You can use A/B testing WordPress plugins to handle some of these, those others might require more advanced A/B testing, like heat maps or customer surveys.

If you don’t want to pay for an extra testing tool or you simply don’t have the time to test every new form you build (testing does take time), you can use Google Analytics to redirect browsers to a new page that contains the a new form you’re testing.

By redirecting, you can test two forms against each other in a shorter amount of time.

Your results might not be perfect, but it should give you an idea of whether or not you want to pursue changing the form design for a chance at higher conversions.

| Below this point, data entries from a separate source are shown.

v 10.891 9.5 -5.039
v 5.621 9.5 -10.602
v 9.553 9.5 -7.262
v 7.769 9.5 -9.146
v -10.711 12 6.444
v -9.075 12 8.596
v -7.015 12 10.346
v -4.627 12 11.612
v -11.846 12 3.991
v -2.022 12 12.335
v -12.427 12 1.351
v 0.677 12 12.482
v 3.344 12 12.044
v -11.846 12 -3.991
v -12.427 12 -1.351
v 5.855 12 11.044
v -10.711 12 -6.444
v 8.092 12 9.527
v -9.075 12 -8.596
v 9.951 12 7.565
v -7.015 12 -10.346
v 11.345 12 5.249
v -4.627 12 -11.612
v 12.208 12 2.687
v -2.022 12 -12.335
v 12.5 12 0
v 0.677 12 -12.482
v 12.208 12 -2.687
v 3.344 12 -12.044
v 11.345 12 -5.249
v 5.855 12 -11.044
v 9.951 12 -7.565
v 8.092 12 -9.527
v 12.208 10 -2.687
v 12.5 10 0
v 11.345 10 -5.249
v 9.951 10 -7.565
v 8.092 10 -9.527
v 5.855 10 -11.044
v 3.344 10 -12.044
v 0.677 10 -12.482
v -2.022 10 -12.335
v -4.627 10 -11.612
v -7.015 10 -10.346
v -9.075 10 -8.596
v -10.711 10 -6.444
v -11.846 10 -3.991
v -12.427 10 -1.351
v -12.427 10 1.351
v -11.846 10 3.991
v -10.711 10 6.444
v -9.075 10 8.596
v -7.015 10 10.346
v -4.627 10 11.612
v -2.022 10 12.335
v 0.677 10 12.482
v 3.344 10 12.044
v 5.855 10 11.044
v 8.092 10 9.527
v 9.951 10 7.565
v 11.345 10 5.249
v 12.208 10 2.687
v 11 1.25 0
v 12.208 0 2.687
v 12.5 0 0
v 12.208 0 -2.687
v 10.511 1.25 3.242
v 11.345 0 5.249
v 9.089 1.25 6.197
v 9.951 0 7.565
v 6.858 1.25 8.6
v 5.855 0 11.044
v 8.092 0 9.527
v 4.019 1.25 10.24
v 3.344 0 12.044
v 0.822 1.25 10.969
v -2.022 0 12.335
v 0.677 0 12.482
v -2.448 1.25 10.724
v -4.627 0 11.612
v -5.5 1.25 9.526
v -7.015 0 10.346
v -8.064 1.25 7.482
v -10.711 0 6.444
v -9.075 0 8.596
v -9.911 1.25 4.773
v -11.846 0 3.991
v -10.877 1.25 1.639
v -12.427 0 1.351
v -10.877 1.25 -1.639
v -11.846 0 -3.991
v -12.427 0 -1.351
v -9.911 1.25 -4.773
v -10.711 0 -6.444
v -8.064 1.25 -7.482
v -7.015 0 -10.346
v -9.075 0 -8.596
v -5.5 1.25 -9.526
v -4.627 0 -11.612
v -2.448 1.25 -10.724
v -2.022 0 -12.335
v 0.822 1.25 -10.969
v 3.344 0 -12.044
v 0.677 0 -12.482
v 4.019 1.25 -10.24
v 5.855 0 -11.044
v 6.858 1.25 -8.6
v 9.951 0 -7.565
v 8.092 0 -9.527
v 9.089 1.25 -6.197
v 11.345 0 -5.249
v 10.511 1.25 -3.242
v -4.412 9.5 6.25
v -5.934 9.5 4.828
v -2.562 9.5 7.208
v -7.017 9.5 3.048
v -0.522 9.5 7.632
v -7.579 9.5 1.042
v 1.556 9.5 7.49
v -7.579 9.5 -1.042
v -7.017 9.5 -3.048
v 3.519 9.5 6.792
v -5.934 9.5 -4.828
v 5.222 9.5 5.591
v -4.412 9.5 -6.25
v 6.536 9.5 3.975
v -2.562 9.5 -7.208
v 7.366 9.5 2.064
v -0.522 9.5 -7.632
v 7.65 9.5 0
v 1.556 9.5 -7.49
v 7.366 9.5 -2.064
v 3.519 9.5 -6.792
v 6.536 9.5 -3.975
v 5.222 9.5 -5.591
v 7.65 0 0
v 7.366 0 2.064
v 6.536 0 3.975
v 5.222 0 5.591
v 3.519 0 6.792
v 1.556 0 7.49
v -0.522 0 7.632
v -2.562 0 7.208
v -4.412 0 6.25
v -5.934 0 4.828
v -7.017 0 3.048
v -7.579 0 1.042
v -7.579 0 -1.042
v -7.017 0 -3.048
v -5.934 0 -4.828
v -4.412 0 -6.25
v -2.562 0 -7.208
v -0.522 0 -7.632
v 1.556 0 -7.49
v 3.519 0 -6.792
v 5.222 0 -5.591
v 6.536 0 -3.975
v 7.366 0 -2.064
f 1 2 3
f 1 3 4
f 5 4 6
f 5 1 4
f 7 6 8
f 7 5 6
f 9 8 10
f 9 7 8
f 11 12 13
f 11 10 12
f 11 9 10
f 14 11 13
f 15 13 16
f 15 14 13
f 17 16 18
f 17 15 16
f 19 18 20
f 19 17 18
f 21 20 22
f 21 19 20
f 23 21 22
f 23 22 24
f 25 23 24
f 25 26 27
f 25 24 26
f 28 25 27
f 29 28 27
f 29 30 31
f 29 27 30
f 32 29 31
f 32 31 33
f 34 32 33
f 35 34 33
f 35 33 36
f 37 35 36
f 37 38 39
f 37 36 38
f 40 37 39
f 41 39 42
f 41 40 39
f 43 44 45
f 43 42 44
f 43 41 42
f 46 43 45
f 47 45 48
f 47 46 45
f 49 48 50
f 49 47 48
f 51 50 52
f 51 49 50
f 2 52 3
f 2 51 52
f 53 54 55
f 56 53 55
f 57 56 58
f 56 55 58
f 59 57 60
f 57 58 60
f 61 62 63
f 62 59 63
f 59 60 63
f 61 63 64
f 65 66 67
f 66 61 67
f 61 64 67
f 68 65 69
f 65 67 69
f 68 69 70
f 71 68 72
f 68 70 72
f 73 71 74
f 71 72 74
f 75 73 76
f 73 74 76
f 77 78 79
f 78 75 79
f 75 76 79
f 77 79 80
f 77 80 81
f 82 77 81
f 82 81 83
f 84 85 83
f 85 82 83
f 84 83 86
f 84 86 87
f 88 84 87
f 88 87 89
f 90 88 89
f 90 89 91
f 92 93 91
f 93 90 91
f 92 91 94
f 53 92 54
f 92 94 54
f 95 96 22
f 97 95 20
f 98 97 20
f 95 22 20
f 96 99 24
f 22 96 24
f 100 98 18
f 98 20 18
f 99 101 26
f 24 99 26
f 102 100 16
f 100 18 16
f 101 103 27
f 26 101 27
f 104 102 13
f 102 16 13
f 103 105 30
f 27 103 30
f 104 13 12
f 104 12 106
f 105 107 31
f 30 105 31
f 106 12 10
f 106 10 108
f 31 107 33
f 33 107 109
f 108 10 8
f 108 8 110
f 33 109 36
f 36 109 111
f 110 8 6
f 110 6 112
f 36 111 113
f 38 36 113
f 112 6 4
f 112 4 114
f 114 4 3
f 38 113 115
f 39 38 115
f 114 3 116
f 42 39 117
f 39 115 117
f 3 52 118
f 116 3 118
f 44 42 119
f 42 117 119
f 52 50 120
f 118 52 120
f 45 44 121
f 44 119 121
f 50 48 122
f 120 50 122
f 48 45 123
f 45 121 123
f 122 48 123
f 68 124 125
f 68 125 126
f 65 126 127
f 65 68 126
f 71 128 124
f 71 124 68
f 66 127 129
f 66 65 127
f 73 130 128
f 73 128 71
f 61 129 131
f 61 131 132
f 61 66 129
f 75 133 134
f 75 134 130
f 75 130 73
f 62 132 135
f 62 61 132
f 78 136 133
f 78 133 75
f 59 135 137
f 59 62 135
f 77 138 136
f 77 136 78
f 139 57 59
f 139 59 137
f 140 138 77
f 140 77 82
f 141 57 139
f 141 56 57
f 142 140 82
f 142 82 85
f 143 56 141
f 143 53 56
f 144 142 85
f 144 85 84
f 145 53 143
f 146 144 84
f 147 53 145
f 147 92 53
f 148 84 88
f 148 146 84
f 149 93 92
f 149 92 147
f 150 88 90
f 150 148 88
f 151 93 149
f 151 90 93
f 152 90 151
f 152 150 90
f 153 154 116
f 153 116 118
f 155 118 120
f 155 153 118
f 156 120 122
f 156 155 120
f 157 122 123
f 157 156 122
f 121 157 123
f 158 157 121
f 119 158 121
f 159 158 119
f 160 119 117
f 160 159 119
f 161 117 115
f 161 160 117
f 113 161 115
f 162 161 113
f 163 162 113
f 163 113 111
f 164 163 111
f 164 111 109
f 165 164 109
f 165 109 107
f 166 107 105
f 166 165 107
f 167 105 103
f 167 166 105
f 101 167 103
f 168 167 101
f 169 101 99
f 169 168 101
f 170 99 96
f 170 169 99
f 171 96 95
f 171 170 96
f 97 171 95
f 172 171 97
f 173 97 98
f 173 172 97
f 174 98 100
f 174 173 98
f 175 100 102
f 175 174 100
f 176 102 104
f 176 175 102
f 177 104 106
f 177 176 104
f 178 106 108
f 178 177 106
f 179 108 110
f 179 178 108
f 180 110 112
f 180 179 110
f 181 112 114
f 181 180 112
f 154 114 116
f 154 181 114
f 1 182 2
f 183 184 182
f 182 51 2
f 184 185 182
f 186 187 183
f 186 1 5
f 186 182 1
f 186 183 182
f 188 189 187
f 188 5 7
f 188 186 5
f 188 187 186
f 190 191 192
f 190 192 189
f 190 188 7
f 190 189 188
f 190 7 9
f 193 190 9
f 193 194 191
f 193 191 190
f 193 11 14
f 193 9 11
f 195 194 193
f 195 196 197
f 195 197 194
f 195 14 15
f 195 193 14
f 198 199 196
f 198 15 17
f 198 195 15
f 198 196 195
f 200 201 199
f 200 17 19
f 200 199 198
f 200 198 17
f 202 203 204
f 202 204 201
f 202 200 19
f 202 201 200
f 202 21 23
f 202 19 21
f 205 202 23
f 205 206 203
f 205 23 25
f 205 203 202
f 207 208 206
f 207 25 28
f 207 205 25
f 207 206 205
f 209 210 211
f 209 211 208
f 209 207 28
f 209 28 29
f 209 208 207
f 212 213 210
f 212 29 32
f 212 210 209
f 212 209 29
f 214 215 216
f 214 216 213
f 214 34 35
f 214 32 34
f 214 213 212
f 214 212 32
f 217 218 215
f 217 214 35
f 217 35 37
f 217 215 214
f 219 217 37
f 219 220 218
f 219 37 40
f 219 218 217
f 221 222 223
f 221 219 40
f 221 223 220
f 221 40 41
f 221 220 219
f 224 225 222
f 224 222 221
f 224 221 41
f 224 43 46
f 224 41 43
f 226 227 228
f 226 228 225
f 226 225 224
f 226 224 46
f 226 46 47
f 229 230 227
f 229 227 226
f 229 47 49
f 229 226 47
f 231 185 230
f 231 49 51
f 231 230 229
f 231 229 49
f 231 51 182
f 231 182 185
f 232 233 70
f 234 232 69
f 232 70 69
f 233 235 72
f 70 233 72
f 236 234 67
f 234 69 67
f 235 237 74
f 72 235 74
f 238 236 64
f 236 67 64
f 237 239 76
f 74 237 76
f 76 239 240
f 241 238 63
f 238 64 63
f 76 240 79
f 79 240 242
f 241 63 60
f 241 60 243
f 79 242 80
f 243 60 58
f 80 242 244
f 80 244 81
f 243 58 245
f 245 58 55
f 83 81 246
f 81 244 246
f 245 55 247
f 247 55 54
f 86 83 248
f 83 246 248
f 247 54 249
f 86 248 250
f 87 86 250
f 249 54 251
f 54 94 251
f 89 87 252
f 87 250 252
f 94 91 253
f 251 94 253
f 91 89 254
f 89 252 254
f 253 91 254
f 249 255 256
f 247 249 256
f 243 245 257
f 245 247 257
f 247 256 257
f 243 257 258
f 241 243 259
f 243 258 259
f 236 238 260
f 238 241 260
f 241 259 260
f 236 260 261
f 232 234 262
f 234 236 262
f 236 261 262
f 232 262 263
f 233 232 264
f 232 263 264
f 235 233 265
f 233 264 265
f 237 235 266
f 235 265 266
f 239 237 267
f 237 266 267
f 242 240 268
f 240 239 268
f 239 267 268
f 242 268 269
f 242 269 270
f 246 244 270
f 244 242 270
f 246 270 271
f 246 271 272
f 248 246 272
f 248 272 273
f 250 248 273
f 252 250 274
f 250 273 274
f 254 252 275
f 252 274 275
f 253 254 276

Keep in mind that even small changes to seemingly minor elements of your form can have a big impact on conversion rates. So even if you dread the idea of A/B testing your forms, it might be worthwhile in the long run.

If, at the end of testing, you’re still not seeing the results you want, look back at your industry benchmarks to determine if this is just a normal conversion rate cap.

For some form types, you just won’t see a higher rate no matter what you do, and that’s ok.

Final Thoughts

Even though there’s no universally accepted “best” conversion rate, there is a best for your specific forms.

To measure it, use a standard conversion rate formula to calculate your rates accurately as possible, and then consider your goals as well as any context that might impact that rate.

If something still seems off, start A/B testing your forms and look for noticeable patterns.

If you find that changing the location of the CTA increased your conversion rates, then you know it’s realistic to expect a higher conversion rate.

On the other hand, if nothing really significantly changes, then it might be worth accepting the status quo.